Every line from the beginning of the data through the line containing "f 188 322 321" should be reproduced exactly, and no further lines should be output.

• [Dataset records]:
★ ★ ★ ★ ★
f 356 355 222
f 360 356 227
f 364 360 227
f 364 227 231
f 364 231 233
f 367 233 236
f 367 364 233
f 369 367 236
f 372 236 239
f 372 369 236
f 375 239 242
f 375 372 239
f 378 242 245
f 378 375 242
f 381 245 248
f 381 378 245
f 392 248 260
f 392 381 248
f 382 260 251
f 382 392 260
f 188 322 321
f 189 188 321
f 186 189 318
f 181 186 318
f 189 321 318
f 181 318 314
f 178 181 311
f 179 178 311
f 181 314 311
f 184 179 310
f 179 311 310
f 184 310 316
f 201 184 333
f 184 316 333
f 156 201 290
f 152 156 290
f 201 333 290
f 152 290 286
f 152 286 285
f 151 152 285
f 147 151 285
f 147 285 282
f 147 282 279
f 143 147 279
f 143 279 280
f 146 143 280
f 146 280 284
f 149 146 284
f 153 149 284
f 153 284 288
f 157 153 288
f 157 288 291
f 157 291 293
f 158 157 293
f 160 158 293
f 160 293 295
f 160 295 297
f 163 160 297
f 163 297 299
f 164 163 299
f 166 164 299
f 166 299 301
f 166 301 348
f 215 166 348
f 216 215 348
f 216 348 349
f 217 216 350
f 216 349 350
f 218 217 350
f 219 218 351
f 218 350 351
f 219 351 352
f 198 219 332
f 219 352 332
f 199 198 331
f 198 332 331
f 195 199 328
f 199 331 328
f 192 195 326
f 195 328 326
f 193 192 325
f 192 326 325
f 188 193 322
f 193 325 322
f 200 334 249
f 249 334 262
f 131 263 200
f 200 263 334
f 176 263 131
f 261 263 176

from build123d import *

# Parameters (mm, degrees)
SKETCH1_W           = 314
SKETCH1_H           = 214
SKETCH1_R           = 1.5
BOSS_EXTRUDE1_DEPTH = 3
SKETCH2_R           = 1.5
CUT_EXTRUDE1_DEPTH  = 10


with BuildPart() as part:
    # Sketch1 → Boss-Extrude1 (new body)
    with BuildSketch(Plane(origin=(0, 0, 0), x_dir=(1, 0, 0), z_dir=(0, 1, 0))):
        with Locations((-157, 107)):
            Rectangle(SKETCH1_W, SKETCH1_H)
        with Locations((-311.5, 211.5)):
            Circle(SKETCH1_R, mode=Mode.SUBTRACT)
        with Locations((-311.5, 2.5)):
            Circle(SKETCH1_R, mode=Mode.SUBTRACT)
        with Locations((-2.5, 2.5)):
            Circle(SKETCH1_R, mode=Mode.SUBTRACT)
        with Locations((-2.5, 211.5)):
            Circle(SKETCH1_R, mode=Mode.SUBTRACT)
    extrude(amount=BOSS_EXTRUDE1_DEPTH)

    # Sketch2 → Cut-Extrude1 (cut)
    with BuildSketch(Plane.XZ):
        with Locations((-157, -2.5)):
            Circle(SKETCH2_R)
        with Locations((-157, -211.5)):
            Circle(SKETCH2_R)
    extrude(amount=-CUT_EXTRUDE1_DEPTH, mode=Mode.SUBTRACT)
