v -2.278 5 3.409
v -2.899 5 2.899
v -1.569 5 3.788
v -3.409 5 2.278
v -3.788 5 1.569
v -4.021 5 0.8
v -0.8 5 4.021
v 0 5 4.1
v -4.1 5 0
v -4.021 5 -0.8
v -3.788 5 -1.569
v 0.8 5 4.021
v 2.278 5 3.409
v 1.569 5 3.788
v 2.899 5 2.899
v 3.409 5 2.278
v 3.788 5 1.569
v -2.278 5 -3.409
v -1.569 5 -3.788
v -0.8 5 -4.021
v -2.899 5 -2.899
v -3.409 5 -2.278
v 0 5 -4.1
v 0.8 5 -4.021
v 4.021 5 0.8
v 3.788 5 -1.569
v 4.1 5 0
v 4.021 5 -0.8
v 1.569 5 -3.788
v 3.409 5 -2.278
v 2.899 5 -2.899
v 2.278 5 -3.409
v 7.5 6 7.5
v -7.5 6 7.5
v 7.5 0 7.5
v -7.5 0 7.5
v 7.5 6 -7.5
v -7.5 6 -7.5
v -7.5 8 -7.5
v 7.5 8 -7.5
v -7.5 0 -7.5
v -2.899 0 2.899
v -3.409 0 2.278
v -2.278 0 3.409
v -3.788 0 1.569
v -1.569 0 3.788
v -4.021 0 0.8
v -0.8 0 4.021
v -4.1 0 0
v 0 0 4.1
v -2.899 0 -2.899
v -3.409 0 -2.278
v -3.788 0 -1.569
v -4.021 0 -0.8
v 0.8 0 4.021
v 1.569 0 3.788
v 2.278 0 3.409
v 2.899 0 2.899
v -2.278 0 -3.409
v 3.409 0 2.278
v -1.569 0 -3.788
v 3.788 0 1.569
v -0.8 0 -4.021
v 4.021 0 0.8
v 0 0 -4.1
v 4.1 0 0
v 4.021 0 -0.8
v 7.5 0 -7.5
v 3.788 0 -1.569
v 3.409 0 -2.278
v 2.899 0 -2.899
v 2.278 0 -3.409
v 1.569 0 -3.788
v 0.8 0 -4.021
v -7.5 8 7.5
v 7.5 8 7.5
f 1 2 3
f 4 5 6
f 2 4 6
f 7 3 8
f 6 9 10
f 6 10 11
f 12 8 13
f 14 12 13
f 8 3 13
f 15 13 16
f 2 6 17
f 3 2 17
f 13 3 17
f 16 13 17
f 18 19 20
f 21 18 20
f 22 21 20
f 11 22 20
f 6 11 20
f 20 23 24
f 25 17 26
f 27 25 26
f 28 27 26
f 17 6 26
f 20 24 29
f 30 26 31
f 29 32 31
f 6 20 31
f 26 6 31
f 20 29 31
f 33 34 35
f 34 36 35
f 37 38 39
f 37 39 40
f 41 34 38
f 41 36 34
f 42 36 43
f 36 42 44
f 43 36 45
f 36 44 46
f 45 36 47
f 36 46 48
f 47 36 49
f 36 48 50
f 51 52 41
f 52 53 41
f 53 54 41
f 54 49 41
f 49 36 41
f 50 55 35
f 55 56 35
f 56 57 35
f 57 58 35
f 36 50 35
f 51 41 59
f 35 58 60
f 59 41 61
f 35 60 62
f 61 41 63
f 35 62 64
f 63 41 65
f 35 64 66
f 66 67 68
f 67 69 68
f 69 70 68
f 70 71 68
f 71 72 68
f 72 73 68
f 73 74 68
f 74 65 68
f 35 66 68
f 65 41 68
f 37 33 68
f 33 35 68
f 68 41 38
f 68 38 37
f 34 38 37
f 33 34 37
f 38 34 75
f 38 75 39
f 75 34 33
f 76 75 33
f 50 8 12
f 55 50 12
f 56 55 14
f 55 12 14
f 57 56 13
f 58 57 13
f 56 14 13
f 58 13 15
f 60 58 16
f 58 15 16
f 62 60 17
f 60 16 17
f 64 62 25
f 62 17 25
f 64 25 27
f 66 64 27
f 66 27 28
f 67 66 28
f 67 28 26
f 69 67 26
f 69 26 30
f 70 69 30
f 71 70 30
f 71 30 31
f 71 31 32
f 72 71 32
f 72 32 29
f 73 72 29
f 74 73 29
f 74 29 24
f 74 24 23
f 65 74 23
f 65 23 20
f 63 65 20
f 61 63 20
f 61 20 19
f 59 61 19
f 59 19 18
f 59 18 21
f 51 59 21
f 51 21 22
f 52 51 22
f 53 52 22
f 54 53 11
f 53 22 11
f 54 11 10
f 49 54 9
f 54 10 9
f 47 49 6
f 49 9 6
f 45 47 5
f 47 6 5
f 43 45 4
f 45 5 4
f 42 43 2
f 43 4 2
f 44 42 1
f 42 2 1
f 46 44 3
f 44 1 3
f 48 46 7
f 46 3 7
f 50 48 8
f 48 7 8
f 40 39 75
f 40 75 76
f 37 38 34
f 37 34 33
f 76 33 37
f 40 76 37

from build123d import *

# Parameters (mm, degrees)
SKETCH_1_W          = 15
SKETCH_1_H          = 15
EXTRUDE_1_DEPTH     = 5
SKETCH_2_R          = 4.1
CUT_EXTRUDE_1_DEPTH = 6
SKETCH_3_W          = 15
SKETCH_3_H          = 15
EXTRUDE_2_DEPTH     = 1
SKETCH_4_W          = 15
SKETCH_4_H          = 15
EXTRUDE_3_DEPTH     = 2


with BuildPart() as part:
    # 草图1 → 凸台-拉伸1 (new body)
    with BuildSketch(Plane(origin=(0, 0, 0), x_dir=(1, 0, 0), z_dir=(0, 1, 0))):
        Rectangle(SKETCH_1_W, SKETCH_1_H)
    extrude(amount=EXTRUDE_1_DEPTH)

    # 草图2 → 切除-拉伸1 (cut)
    with BuildSketch(Plane(origin=(0, 5, 0), x_dir=(1, 0, 0), z_dir=(0, 1, 0))):
        with Locations(Location((0, 0, 0), (0, 0, 270))):
            Circle(SKETCH_2_R)
    extrude(amount=-CUT_EXTRUDE_1_DEPTH, mode=Mode.SUBTRACT)

    # 草图3 → 凸台-拉伸2 (add)
    with BuildSketch(Plane(origin=(0, 5, 0), x_dir=(1, 0, 0), z_dir=(0, 1, 0))):
        Rectangle(SKETCH_3_W, SKETCH_3_H)
    extrude(amount=EXTRUDE_2_DEPTH)


with BuildPart() as body_2:
    # 草图4 → 凸台-拉伸3 (new body)
    with BuildSketch(Plane(origin=(0, 6, 0), x_dir=(1, 0, 0), z_dir=(0, 1, 0))):
        Rectangle(SKETCH_4_W, SKETCH_4_H)
    extrude(amount=EXTRUDE_3_DEPTH)


solid = Compound([part.part, body_2.part])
★ ★ ★ ★ ★
• [WRITTEN RESPONSE]:
f 356 355 222
f 360 356 227
f 364 360 227
f 364 227 231
f 364 231 233
f 367 233 236
f 367 364 233
f 369 367 236
f 372 236 239
f 372 369 236
f 375 239 242
f 375 372 239
f 378 242 245
f 378 375 242
f 381 245 248
f 381 378 245
f 392 248 260
f 392 381 248
f 382 260 251
f 382 392 260
f 188 322 321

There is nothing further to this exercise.